Mataram (ANTARA) - Ketua Umum Pengurus Besar Nahdlatul Wathan Diniyah Islamiyah (NWDI) Tuan Guru Bajang (TGB) Muhammad Zainul Majdi, menekankan seruan moral dan peringatan keras terhadap maraknya kekerasan seksual di pesantren dan pernikahan dini yang merugikan generasi muda.
Hal ini disampaikan TGB melalui keterangan tertulis diterima wartawan di Mataram, Senin, pada momen silaturahmi majelis dakwah yang digelar PB NWDI sekaligus perayaan istimewa hari ulang tahun TGB yang ke-53.
Menurut TGB, kejahatan seksual di lembaga pendidikan adalah bentuk pengkhianatan terhadap Allah dan amanah umat, serta pelanggaran terhadap hukum, agama, dan akal sehat. Untuk itu, ia menyerukan pentingnya pembaruan niat (tajdidun niyyah) dan perbaikan diri (islahun nafs) di kalangan pendidik, serta penguatan sistem pengawasan internal.
TGB juga mengumumkan secara resmi pembentukan Lajnah al-Hisbah, sebuah lembaga pengawasan internal di bawah PB NWDI yang akan mengawal jalannya pendidikan sesuai dengan nilai-nilai Islam dan menjaga kehormatan santri.
"Lembaga ini diharapkan menjadi sistem proteksi dini agar pesantren tetap menjadi tempat yang aman, bersih, dan mendidik secara ruhani dan akhlak," ujarnya.
Baca juga: Aktivis perempuan prihatin pernikahan anak 15 tahun di Lombok Tengah
Baca juga: Tiga anak ajukan dispensasi nikah dini di Pengadilan Agama Mataram
Mengenai pernikahan dini, TGB menegaskan sikap PB NWDI yang menolak praktik tersebut dengan mengacu pada fatwa ulama internasional dan ketentuan usia legal 19 tahun.
Ia menyampaikan bahwa pernikahan sebelum usia matang secara mental dan fisik hanya akan membawa risiko lebih besar, terutama bagi anak-anak perempuan.
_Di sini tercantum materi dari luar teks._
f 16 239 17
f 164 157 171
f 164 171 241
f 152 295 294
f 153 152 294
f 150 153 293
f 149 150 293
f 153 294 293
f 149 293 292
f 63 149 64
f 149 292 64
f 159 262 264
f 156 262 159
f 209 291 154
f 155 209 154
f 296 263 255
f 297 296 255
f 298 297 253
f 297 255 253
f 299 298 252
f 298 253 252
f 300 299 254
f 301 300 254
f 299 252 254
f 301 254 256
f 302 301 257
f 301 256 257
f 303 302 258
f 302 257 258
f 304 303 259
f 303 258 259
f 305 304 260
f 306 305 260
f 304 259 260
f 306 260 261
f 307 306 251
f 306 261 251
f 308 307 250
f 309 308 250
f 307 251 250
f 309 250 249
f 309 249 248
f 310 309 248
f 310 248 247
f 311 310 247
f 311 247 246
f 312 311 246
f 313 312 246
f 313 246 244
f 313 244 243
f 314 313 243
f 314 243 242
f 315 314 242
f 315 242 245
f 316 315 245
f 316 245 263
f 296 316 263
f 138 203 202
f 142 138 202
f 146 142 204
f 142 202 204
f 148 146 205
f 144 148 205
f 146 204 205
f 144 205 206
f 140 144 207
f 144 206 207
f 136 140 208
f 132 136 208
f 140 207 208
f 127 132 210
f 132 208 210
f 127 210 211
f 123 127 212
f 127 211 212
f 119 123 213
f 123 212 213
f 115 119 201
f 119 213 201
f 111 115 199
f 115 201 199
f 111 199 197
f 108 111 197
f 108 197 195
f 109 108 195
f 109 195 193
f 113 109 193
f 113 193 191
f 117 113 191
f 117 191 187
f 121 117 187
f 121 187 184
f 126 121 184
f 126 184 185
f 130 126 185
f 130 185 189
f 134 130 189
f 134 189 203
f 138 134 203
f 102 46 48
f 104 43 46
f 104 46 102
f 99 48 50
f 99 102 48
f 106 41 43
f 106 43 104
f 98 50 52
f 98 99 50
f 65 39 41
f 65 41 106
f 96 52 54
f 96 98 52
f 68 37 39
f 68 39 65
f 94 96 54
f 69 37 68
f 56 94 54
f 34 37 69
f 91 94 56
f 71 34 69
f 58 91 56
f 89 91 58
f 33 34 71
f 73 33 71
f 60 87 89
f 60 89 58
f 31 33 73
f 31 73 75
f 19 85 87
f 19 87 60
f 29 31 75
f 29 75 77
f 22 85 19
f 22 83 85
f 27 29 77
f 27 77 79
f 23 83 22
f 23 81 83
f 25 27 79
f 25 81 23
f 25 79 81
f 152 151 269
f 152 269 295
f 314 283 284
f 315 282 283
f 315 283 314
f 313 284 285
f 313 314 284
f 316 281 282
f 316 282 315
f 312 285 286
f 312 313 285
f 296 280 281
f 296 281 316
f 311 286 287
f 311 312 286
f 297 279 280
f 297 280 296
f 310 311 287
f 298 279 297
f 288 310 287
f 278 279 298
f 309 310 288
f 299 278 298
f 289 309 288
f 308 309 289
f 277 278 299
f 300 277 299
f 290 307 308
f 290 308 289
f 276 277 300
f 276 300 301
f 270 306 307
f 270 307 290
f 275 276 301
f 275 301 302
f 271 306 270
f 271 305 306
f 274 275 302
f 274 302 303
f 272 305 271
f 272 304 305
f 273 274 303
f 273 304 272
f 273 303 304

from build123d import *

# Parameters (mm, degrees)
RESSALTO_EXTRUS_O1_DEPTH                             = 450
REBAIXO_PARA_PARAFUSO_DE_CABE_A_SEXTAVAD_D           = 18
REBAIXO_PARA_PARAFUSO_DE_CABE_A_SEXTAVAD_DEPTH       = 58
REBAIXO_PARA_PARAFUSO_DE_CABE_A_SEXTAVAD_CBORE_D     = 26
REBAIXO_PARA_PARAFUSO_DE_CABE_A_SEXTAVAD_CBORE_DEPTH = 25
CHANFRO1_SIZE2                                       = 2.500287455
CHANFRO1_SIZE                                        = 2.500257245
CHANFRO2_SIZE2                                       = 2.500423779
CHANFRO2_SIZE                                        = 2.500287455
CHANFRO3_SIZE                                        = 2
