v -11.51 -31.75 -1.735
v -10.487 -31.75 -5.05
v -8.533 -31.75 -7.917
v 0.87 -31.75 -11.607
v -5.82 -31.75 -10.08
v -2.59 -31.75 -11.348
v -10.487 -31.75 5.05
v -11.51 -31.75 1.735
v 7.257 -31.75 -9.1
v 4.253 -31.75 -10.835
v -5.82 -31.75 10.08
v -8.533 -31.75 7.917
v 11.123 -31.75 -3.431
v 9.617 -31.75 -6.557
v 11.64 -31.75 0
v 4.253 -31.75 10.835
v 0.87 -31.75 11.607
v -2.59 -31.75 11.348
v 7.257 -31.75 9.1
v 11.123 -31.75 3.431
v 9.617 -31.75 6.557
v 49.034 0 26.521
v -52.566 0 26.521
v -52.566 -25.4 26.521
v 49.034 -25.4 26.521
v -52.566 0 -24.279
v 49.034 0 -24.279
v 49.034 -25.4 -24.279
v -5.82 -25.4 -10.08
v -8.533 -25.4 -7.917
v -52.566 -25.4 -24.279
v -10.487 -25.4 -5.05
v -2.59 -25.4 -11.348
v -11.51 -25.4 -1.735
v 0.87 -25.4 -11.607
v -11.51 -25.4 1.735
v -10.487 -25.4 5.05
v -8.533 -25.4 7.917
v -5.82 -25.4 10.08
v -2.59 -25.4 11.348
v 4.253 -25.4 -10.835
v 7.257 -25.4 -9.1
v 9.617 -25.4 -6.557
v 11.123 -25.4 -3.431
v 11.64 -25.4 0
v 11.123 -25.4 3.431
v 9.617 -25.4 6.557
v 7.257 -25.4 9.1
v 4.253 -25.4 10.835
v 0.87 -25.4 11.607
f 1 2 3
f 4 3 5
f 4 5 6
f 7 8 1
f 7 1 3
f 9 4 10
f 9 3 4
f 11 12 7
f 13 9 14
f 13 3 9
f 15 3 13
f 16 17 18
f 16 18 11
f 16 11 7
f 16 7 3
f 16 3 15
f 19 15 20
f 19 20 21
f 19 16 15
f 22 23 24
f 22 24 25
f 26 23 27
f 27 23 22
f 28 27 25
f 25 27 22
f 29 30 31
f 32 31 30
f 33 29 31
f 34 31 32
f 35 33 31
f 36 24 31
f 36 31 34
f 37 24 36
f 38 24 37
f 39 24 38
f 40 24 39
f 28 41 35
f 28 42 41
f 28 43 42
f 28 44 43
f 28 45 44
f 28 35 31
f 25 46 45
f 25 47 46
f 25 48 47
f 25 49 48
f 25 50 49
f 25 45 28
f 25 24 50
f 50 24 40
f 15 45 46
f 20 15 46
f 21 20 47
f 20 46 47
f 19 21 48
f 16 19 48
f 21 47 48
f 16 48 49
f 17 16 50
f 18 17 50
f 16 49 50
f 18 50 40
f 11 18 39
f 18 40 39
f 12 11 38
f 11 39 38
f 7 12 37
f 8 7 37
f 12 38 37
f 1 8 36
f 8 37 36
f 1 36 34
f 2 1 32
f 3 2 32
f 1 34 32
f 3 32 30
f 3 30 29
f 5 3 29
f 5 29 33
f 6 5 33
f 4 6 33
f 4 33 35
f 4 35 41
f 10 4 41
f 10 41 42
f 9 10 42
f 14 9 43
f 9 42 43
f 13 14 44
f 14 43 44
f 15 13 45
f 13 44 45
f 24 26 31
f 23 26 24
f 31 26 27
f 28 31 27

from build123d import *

# Parameters (mm, degrees)
F0_W     = 101.6
F0_H     = 50.8
F1_DEPTH = 25.4
F2_R     = 11.6399110946
F3_DEPTH = 6.35


# Not quite as in the source:
# - a feature of the source that left no trace in its solid (it failed there, or was rolled back) is left out


with BuildPart() as f1:
    # F0 (on Front) → F1 (new body)
    with BuildSketch(Plane.XZ):
        with Locations((-1.7657391727, 1.1206692427)):
            Rectangle(F0_W, F0_H)
    extrude(amount=F1_DEPTH)

    # F2 (on face) → F3 (join)
    with BuildSketch(Plane.XZ.offset(25.4)):
        Circle(F2_R)
    extrude(amount=F3_DEPTH)


solid = f1.part
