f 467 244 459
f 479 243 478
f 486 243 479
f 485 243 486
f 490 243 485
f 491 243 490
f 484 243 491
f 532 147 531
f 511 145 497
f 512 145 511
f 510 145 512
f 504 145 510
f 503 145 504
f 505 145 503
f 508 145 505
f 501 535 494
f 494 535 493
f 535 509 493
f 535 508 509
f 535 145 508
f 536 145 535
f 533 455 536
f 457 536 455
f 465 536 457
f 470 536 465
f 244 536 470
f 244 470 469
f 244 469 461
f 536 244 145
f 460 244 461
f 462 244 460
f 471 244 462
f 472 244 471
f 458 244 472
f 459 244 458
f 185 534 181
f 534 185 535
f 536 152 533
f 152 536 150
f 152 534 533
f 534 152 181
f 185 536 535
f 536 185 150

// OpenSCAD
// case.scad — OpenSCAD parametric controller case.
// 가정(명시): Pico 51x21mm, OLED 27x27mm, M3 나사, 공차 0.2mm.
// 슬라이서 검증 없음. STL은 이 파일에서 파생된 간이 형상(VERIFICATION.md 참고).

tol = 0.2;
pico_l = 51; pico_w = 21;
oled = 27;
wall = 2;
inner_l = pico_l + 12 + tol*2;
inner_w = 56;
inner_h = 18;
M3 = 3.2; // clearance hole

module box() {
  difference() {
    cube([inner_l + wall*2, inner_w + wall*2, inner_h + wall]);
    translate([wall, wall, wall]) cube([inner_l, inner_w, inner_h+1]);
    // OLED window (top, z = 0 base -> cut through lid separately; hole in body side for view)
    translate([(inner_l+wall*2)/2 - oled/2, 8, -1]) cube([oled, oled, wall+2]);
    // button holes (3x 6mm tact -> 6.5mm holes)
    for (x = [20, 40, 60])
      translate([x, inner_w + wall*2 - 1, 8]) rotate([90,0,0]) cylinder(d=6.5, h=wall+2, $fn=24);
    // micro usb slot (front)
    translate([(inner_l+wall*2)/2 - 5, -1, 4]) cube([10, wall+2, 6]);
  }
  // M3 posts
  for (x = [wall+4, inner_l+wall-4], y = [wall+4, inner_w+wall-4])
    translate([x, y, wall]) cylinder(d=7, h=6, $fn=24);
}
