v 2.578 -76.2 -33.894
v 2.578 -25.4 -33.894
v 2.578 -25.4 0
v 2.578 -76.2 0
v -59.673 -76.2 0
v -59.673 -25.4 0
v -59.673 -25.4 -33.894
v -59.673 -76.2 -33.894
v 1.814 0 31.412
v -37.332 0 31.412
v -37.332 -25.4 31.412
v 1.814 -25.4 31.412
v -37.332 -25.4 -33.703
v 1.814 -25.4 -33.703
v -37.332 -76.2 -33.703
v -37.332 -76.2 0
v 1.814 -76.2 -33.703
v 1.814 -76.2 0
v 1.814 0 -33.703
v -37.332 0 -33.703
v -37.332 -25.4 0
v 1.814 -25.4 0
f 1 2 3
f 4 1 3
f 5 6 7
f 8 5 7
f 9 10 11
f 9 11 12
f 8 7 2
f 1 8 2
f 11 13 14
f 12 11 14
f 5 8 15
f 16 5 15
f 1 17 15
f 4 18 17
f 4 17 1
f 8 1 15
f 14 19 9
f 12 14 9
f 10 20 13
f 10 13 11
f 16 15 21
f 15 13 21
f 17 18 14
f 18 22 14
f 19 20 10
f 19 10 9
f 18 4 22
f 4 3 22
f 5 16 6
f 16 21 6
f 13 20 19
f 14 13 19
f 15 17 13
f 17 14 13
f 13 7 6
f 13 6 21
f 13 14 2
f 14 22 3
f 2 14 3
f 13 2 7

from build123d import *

# Parameters (mm, degrees)
F0_W     = 39.1457030782
F0_H     = 65.1155374944
F1_DEPTH = 25.4
F4_DEPTH = 25.4
F5_DEPTH = 25.4


with BuildPart() as f1:
    # F0 (on Front) → F1 (new body)
    with BuildSketch(Plane.XZ):
        with Locations((-17.7587817307, -1.1457260698)):
            Rectangle(F0_W, F0_H)
    extrude(amount=F1_DEPTH)


with BuildPart() as f4:
    # F3 (on face) → F4 (new body)
    with BuildSketch(Plane.XZ.offset(25.4)):
        Polygon((2.5778883137, -33.8944494724), (2.5778883137, 0), (1.8140698085, 0), (1.8140698085, -33.703494817), (-37.3316332698, -33.703494817), (-37.3316332698, 0), (-59.6733279526, 0), (-59.6733279526, -33.8944494724), align=None)
    extrude(amount=F4_DEPTH)

    # F5 (add): a face of the model
    f5_faces = [f4.faces().sort_by_distance(p)[0] for p in [
        (-46.5516742238, -50.8, -17.1065517655),
    ]]
    extrude(f5_faces, amount=F5_DEPTH)


solid = Compound([f1.part, f4.part])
Dalam konteks lokal, TGB juga mengkritisi praktik merariq (kawin lari) yang menurutnya telah mengalami penyimpangan dari nilai asli keberanian dan tanggung jawab. Ia menilai praktik tersebut sekarang kerap disalahgunakan dan merugikan anak-anak, menyebabkan mereka kehilangan masa depan dan hak pendidikan.
Baca juga: Menkes: Pernikahan usia anak picu bayi lahir kerdil
Oleh karena itu, ia menyerukan agar adat tetap dijaga namun bentuknya diperbarui agar tidak bertentangan dengan nilai-nilai agama dan prinsip perlindungan anak.
Selain itu, ia menyampaikan pentingnya menyatukan visi dakwah yang adaptif terhadap zaman dan berlandaskan nilai-nilai keilmuan, akhlak, serta strategi yang solutif.
"Lima prinsip utama dakwah NWDI yakni ilmu yang mendalam, akhlak yang mulia, pendekatan kontekstual, penggunaan media yang bijak, serta keteguhan niat dan kesabaran dalam berdakwah," katanya.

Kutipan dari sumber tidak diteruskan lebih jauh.